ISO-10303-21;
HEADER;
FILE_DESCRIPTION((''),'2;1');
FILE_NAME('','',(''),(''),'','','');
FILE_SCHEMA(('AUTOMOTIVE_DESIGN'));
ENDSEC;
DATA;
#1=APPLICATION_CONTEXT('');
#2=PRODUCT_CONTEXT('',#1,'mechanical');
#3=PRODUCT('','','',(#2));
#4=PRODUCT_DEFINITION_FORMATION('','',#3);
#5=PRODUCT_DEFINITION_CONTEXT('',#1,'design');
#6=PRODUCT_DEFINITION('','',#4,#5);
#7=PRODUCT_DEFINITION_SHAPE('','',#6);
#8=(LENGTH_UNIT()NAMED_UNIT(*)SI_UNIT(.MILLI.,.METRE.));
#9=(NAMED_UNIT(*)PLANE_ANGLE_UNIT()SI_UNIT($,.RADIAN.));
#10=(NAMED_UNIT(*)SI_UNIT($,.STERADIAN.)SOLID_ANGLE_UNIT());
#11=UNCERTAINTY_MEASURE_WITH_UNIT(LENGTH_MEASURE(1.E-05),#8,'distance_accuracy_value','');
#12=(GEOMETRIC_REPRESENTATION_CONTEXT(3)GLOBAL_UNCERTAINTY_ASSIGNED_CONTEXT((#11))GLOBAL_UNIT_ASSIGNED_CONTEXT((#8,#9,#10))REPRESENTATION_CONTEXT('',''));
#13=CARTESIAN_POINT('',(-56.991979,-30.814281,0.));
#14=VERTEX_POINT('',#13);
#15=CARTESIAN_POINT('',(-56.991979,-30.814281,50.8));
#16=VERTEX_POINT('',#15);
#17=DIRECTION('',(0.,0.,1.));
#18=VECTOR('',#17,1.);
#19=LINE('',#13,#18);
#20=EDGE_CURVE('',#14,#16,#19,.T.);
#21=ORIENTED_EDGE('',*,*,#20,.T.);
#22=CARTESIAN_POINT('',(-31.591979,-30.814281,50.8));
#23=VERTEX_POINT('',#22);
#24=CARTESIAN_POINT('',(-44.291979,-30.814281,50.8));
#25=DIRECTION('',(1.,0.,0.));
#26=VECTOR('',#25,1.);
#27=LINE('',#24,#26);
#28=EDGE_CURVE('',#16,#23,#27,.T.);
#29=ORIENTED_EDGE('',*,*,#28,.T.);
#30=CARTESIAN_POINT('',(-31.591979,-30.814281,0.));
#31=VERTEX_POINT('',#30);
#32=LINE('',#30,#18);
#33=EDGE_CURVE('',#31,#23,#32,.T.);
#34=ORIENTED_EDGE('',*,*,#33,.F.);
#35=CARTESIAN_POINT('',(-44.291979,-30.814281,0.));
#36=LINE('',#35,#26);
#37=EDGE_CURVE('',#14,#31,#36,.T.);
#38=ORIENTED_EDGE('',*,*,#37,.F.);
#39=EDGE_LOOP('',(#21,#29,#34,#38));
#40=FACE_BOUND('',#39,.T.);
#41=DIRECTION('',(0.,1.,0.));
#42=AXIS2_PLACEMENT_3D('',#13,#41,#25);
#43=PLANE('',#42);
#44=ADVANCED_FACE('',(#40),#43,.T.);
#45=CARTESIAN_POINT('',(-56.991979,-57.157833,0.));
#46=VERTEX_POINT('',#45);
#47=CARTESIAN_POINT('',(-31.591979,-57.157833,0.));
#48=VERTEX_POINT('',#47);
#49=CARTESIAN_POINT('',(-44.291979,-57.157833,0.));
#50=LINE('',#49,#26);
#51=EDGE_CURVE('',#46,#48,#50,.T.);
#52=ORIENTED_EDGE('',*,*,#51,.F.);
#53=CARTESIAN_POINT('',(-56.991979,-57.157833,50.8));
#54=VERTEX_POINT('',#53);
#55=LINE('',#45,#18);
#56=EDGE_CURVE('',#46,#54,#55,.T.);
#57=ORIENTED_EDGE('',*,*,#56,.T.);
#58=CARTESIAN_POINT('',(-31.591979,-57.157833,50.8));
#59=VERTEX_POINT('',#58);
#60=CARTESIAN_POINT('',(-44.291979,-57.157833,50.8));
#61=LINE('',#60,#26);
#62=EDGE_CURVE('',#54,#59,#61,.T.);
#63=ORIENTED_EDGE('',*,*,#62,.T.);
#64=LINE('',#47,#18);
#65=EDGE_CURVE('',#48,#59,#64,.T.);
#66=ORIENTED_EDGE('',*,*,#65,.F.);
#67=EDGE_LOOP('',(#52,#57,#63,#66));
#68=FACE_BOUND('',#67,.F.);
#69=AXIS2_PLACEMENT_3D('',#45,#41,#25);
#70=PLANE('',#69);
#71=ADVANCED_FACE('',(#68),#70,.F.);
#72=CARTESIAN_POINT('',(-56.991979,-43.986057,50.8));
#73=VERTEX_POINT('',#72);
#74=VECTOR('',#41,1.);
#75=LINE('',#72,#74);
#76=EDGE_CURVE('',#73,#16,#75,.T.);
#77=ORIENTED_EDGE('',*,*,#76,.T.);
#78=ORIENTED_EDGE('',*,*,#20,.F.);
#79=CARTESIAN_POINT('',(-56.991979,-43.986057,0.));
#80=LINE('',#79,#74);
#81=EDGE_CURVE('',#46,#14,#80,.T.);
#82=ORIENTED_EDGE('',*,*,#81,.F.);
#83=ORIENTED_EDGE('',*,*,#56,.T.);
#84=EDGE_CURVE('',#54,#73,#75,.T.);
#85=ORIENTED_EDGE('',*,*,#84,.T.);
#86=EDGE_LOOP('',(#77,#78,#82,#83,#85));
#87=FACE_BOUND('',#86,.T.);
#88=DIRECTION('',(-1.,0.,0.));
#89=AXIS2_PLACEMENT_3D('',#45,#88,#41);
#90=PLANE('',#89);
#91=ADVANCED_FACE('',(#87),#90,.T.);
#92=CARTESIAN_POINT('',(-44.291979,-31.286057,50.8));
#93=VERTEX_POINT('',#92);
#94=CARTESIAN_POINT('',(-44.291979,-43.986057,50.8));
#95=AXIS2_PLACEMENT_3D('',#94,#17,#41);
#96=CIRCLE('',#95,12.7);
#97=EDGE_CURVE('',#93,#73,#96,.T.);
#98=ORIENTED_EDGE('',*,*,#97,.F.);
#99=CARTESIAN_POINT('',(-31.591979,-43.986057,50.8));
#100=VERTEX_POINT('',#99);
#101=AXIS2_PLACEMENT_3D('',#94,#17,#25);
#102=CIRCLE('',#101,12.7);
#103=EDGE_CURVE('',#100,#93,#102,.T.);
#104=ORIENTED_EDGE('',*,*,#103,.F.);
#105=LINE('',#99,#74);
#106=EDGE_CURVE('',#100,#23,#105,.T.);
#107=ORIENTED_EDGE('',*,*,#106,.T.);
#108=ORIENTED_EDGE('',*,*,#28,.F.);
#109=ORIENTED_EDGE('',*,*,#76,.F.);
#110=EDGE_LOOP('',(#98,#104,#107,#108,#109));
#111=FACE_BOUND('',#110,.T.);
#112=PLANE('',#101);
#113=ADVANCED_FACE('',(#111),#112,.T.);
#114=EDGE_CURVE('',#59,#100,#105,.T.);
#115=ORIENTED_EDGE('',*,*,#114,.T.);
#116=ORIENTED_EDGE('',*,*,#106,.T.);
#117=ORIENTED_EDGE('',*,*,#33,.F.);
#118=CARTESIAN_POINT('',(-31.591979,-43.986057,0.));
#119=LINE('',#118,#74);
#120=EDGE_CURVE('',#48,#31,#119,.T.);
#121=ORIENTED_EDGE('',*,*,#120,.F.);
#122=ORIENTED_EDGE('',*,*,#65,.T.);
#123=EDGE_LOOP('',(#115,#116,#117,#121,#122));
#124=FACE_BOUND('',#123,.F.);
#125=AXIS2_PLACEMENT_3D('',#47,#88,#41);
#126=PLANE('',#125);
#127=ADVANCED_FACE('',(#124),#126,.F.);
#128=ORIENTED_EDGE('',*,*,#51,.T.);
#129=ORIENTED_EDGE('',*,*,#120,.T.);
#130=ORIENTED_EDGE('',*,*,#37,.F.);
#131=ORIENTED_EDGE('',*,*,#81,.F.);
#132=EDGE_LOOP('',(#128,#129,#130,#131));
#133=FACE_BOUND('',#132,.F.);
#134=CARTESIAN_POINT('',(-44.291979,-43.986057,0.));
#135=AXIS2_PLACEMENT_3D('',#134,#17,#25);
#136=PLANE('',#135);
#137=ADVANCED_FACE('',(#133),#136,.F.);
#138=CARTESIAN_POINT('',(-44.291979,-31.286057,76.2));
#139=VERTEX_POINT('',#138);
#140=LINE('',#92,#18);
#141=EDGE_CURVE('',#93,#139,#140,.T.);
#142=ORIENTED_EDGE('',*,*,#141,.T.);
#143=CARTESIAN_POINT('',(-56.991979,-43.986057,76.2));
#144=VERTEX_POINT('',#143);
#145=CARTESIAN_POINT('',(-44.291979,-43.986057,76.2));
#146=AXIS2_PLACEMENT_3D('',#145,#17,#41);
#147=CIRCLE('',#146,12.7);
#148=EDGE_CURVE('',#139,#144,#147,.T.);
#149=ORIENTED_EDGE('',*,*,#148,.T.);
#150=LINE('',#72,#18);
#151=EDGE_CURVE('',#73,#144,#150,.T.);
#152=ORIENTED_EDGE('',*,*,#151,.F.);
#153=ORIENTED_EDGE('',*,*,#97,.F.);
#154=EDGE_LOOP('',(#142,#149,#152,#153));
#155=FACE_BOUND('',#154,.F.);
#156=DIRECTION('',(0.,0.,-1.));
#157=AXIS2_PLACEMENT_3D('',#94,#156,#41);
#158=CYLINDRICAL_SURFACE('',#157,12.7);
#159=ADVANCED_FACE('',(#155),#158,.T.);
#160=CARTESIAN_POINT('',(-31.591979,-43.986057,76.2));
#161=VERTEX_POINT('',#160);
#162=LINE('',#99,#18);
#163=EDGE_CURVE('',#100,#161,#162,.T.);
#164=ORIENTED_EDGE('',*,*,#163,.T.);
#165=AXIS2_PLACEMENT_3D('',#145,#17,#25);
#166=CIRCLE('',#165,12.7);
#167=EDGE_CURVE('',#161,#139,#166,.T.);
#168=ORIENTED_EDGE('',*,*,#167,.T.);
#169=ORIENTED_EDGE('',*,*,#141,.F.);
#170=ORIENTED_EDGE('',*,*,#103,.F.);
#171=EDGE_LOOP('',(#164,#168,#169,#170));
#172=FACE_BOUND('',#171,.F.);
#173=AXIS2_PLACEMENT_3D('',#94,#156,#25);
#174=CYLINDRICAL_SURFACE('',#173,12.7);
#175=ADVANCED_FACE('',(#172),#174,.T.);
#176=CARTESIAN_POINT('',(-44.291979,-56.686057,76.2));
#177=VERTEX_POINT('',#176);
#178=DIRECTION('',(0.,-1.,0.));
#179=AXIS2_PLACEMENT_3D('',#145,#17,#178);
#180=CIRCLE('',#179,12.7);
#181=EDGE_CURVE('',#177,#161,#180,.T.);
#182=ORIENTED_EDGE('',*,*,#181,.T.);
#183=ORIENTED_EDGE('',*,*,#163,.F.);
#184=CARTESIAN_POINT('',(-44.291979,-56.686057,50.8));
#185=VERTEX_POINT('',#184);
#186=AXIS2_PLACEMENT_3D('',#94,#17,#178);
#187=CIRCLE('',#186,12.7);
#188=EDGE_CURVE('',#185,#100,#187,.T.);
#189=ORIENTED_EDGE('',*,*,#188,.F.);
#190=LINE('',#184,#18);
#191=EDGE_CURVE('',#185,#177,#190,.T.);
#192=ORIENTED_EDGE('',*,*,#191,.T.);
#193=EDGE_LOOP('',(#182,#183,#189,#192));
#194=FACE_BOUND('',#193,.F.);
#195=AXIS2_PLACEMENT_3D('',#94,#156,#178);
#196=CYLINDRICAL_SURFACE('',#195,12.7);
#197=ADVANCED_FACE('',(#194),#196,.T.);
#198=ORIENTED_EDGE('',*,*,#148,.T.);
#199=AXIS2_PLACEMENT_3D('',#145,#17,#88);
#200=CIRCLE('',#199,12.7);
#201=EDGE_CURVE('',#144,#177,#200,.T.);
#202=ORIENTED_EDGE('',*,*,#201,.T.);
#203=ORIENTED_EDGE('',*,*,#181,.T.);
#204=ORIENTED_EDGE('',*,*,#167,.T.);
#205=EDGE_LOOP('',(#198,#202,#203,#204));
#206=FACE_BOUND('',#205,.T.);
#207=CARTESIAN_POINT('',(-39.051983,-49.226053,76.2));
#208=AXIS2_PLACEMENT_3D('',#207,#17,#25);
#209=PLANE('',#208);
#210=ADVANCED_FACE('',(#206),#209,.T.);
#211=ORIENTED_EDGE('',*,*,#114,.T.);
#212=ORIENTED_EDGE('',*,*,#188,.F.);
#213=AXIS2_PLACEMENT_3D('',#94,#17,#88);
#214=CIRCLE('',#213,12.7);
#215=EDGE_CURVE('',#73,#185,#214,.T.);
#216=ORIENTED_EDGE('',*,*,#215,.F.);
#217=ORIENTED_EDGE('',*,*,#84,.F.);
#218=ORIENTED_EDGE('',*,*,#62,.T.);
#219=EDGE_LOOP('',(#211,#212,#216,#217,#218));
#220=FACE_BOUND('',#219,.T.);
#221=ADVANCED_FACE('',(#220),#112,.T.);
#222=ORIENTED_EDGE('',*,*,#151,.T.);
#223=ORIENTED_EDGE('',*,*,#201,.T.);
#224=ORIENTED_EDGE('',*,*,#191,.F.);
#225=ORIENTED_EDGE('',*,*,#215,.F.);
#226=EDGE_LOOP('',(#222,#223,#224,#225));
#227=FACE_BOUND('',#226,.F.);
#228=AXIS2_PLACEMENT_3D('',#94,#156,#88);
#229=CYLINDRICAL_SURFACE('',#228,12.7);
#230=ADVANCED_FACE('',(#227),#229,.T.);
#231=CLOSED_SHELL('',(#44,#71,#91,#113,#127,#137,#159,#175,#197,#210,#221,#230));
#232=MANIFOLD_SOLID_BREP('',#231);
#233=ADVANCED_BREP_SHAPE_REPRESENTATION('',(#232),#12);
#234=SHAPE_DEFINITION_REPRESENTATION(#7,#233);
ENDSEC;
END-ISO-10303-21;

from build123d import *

# Parameters (mm, degrees)
F0_W     = 25.4
F0_H     = 26.3435523957
F1_DEPTH = 50.8
F3_DEPTH = 25.4


with BuildPart() as f1:
    # F0 (on Top) → F1 (new body)
    with BuildSketch(Plane.XY):
        with Locations((-44.2919794798, -43.9860569313)):
            Rectangle(F0_W, F0_H)
    extrude(amount=F1_DEPTH)

    # F2 (on face) → F3 (join)
    with BuildSketch(Plane.XY.offset(50.8)):
        with BuildLine():
            Line((-31.5919794798, -43.9860569313), (-44.2919794798, -43.9860569313))
            Line((-44.2919794798, -43.9860569313), (-44.2919794798, -56.6860569313))
            ThreePointArc((-44.2919794798, -56.6860569313), (-35.3117233587, -52.9663130524), (-31.5919794798, -43.9860569313))
        make_face()
        with BuildLine():
            ThreePointArc((-31.5919794798, -43.9860569313), (-35.3117233587, -35.0058008102), (-44.2919794798, -31.2860569313))
            Line((-44.2919794798, -31.2860569313), (-44.2919794798, -43.9860569313))
            Line((-44.2919794798, -43.9860569313), (-31.5919794798, -43.9860569313))
        make_face()
        with BuildLine():
            Line((-44.2919794798, -43.9860569313), (-44.2919794798, -31.2860569313))
            ThreePointArc((-44.2919794798, -31.2860569313), (-53.2722356009, -35.0058008102), (-56.9919794798, -43.9860569313))
            Line((-56.9919794798, -43.9860569313), (-44.2919794798, -43.9860569313))
        make_face()
        with BuildLine():
            Line((-44.2919794798, -56.6860569313), (-44.2919794798, -43.9860569313))
            Line((-44.2919794798, -43.9860569313), (-56.9919794798, -43.9860569313))
            ThreePointArc((-56.9919794798, -43.9860569313), (-53.2722356009, -52.9663130524), (-44.2919794798, -56.6860569313))
        make_face()
    extrude(amount=F3_DEPTH)


solid = f1.part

──────

--- What is expected ---
In the listing above, find the line containing "#42=AXIS2_PLACEMENT_3D('',#13,#41,#25);" and the line containing "#65=EDGE_CURVE('',#48,#59,#64,.T.);", then repeat those two lines and everything between them exactly.

--- Response to this task ---
#42=AXIS2_PLACEMENT_3D('',#13,#41,#25);
#43=PLANE('',#42);
#44=ADVANCED_FACE('',(#40),#43,.T.);
#45=CARTESIAN_POINT('',(-56.991979,-57.157833,0.));
#46=VERTEX_POINT('',#45);
#47=CARTESIAN_POINT('',(-31.591979,-57.157833,0.));
#48=VERTEX_POINT('',#47);
#49=CARTESIAN_POINT('',(-44.291979,-57.157833,0.));
#50=LINE('',#49,#26);
#51=EDGE_CURVE('',#46,#48,#50,.T.);
#52=ORIENTED_EDGE('',*,*,#51,.F.);
#53=CARTESIAN_POINT('',(-56.991979,-57.157833,50.8));
#54=VERTEX_POINT('',#53);
#55=LINE('',#45,#18);
#56=EDGE_CURVE('',#46,#54,#55,.T.);
#57=ORIENTED_EDGE('',*,*,#56,.T.);
#58=CARTESIAN_POINT('',(-31.591979,-57.157833,50.8));
#59=VERTEX_POINT('',#58);
#60=CARTESIAN_POINT('',(-44.291979,-57.157833,50.8));
#61=LINE('',#60,#26);
#62=EDGE_CURVE('',#54,#59,#61,.T.);
#63=ORIENTED_EDGE('',*,*,#62,.T.);
#64=LINE('',#47,#18);
#65=EDGE_CURVE('',#48,#59,#64,.T.);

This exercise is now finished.